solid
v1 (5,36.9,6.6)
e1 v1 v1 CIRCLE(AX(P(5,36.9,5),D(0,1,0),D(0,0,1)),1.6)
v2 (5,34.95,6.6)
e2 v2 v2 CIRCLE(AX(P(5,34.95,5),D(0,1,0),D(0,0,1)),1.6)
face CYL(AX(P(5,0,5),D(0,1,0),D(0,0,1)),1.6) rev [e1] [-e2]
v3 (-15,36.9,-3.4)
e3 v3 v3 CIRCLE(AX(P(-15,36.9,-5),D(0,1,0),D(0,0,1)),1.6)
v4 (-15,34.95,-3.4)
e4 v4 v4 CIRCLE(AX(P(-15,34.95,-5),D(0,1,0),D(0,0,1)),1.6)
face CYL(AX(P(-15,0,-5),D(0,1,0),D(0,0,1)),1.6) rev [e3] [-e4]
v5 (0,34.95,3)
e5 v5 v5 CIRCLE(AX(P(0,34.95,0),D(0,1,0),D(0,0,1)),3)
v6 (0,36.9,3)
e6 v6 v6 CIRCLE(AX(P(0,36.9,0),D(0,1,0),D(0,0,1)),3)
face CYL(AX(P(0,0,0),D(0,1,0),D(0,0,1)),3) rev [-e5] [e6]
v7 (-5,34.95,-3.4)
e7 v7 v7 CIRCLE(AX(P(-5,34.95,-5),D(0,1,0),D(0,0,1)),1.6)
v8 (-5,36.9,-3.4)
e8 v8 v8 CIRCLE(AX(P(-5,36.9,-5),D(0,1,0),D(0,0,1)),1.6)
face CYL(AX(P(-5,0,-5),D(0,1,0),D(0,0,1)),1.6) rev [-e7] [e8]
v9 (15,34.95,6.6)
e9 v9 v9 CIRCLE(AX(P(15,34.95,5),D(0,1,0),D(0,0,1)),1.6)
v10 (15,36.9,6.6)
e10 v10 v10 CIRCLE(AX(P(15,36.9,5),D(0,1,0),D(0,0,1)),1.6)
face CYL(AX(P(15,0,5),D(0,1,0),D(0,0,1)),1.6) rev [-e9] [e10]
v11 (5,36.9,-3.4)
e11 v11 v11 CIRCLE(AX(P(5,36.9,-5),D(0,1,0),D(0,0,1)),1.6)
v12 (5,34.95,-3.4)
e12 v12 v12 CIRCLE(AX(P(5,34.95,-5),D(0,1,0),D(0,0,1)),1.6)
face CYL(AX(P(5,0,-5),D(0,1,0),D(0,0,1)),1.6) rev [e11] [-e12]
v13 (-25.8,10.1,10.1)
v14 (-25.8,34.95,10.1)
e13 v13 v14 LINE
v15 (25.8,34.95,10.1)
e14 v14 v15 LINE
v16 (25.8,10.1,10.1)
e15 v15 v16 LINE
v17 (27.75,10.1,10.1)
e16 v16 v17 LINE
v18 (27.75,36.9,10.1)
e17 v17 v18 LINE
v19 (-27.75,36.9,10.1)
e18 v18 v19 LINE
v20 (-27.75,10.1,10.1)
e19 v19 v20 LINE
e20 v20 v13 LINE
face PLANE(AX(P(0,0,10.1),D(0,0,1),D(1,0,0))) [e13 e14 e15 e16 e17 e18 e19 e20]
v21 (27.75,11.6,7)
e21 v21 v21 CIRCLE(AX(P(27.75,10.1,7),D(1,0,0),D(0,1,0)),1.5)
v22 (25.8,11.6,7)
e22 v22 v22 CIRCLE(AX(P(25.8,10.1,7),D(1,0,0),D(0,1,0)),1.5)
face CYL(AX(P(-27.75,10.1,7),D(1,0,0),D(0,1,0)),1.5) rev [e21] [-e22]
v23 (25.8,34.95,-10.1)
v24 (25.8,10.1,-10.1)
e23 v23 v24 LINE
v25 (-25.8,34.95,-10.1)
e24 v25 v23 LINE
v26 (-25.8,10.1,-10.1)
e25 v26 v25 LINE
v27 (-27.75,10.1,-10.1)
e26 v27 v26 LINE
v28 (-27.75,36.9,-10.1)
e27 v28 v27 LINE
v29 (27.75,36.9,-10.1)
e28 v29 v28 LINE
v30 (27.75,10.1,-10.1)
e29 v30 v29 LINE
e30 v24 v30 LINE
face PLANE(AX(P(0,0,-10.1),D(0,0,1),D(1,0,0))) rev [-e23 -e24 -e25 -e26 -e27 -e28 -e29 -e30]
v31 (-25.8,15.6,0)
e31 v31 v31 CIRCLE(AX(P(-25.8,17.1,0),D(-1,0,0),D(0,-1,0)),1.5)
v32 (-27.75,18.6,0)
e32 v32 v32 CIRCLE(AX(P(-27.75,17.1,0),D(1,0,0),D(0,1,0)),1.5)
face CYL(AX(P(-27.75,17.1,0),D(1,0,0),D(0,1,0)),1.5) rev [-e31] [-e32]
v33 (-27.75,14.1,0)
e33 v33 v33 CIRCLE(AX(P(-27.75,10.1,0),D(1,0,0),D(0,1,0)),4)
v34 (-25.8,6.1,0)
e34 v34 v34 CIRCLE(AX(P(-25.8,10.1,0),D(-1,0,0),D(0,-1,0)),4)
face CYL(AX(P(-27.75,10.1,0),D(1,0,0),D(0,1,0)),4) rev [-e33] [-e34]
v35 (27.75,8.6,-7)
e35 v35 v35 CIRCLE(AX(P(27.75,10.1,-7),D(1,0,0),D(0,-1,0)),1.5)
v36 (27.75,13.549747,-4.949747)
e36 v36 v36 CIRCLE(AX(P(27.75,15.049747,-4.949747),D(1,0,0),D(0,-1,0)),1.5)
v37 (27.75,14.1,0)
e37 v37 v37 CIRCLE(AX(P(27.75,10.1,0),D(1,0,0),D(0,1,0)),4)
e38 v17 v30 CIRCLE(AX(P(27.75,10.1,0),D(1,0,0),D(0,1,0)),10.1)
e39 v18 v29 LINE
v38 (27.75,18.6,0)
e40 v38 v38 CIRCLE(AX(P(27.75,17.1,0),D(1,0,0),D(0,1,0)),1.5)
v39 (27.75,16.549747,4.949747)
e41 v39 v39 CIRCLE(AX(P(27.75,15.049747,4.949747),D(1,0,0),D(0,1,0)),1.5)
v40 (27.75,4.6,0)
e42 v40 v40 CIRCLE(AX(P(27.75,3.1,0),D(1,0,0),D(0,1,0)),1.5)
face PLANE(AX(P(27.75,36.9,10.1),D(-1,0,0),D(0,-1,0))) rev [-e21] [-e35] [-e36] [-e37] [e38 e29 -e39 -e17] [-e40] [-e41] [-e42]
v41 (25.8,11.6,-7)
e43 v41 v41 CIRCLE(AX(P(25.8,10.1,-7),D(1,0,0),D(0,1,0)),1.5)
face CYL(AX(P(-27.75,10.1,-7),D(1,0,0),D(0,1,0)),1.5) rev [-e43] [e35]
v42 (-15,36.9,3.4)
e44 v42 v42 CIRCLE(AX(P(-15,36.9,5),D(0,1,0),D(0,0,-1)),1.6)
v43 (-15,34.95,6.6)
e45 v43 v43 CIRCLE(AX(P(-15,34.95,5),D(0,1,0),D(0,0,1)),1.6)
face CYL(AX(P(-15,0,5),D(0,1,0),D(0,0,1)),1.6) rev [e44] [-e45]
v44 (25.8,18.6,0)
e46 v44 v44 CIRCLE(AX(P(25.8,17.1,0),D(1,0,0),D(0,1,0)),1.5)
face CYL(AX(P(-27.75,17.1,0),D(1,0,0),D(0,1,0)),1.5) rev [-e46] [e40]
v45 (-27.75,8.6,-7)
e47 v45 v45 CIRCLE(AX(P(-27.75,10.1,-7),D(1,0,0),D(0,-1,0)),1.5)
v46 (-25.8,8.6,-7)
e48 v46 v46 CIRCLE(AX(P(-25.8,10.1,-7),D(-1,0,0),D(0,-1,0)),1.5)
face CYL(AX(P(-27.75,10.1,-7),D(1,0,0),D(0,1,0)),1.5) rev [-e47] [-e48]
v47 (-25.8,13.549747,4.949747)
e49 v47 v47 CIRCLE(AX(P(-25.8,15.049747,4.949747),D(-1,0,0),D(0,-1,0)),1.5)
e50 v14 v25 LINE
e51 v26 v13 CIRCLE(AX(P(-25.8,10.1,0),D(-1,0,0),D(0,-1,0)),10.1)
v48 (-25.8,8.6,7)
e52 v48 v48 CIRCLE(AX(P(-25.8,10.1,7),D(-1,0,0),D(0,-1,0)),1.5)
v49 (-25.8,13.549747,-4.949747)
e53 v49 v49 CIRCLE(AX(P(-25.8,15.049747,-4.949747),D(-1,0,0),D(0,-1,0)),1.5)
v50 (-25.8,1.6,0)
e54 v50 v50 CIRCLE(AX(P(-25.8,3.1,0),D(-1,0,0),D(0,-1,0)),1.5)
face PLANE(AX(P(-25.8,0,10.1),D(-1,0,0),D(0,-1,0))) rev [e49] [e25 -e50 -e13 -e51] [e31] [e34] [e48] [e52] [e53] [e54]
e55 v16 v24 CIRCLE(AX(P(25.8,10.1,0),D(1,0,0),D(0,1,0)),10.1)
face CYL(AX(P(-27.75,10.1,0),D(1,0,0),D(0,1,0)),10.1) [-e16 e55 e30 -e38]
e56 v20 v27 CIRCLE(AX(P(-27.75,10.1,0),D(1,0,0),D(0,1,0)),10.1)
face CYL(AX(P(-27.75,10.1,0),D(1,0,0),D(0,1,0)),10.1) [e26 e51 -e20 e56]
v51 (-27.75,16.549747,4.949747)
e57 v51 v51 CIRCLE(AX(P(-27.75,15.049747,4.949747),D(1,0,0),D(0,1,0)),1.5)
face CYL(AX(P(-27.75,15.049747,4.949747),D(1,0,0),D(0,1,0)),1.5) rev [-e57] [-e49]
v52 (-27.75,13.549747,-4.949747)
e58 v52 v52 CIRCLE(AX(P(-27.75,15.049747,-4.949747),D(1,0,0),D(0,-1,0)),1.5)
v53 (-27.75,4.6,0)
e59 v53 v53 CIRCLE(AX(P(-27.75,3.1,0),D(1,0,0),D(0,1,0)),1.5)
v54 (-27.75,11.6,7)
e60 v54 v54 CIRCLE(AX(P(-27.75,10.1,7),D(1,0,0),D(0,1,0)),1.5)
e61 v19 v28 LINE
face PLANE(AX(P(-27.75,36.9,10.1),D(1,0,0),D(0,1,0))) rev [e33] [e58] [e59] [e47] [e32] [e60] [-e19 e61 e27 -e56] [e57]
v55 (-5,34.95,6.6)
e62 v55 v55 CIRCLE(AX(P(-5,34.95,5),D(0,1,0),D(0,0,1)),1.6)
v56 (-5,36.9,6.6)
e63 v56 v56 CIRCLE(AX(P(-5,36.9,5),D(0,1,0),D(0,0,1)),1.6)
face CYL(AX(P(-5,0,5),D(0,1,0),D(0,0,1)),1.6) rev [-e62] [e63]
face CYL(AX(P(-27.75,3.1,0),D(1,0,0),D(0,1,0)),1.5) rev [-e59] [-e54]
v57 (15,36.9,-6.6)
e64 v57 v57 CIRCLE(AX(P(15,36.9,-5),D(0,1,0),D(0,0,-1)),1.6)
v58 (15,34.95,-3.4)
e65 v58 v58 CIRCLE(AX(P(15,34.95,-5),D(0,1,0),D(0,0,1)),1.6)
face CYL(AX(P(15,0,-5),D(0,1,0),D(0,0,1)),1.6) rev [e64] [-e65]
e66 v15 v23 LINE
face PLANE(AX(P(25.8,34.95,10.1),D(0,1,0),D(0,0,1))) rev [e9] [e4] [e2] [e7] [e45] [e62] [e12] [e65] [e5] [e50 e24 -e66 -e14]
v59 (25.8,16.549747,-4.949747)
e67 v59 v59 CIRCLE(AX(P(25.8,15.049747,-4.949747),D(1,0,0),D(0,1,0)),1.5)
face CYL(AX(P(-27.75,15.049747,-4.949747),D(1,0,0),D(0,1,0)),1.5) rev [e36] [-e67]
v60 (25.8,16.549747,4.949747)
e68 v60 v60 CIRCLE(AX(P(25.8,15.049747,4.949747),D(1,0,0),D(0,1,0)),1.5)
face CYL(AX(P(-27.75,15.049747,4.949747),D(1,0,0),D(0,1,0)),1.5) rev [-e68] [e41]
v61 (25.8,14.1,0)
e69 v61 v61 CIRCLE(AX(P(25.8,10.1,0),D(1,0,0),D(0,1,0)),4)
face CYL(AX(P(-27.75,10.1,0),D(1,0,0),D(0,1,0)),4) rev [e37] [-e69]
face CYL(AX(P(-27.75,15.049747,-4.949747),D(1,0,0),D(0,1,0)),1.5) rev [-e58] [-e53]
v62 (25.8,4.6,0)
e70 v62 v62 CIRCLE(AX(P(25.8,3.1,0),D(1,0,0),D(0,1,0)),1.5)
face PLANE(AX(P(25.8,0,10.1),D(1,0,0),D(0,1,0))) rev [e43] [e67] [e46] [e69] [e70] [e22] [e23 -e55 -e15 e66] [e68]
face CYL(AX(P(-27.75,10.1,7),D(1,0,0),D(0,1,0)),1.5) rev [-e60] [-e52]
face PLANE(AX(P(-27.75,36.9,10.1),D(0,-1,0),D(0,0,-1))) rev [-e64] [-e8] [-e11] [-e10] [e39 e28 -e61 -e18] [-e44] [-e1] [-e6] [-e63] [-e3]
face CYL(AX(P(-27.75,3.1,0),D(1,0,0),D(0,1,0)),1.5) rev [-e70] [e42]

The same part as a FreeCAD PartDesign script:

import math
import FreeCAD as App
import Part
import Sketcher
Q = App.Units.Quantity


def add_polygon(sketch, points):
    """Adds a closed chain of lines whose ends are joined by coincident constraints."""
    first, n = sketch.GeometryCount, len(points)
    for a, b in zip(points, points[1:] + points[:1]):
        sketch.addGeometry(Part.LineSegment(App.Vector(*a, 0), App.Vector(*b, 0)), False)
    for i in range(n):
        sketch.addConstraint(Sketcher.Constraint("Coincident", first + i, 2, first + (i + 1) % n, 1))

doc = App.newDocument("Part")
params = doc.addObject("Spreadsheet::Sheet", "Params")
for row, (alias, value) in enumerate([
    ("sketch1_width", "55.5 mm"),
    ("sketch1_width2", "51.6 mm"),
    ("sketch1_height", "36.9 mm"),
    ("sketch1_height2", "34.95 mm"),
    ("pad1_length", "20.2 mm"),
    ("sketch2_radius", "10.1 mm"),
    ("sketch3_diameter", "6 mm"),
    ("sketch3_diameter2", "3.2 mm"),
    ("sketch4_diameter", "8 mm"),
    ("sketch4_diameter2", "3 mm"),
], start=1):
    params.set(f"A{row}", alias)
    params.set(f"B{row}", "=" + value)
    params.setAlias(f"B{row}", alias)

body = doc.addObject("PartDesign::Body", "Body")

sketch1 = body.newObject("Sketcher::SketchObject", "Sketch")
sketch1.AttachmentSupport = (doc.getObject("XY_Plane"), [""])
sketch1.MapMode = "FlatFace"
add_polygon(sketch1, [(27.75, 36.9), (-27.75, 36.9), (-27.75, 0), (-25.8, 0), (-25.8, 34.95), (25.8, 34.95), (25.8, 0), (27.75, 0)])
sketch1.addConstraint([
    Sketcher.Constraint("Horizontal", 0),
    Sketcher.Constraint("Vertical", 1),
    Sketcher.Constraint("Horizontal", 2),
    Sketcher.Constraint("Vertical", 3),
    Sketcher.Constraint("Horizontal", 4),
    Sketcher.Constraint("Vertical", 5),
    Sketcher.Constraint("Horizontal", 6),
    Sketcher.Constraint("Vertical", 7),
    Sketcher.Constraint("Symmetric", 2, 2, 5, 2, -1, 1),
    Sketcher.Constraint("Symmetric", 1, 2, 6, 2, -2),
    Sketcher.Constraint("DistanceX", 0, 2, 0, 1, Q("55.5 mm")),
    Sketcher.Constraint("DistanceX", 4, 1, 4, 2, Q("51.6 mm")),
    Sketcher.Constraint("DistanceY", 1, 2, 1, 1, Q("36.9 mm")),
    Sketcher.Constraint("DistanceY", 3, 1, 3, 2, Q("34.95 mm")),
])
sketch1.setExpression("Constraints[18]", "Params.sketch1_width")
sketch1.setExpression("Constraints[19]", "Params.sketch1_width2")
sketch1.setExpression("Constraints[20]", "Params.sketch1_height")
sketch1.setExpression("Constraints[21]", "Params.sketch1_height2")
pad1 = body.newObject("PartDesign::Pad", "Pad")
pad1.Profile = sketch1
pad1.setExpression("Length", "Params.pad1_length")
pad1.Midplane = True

→ Task:
The lines from the start of the entries above through the line containing "v5 (0,34.95,3)" are the ones to return, please; copy them exactly and include both ends.

→ Reply to the exercise:
solid
v1 (5,36.9,6.6)
e1 v1 v1 CIRCLE(AX(P(5,36.9,5),D(0,1,0),D(0,0,1)),1.6)
v2 (5,34.95,6.6)
e2 v2 v2 CIRCLE(AX(P(5,34.95,5),D(0,1,0),D(0,0,1)),1.6)
face CYL(AX(P(5,0,5),D(0,1,0),D(0,0,1)),1.6) rev [e1] [-e2]
v3 (-15,36.9,-3.4)
e3 v3 v3 CIRCLE(AX(P(-15,36.9,-5),D(0,1,0),D(0,0,1)),1.6)
v4 (-15,34.95,-3.4)
e4 v4 v4 CIRCLE(AX(P(-15,34.95,-5),D(0,1,0),D(0,0,1)),1.6)
face CYL(AX(P(-15,0,-5),D(0,1,0),D(0,0,1)),1.6) rev [e3] [-e4]
v5 (0,34.95,3)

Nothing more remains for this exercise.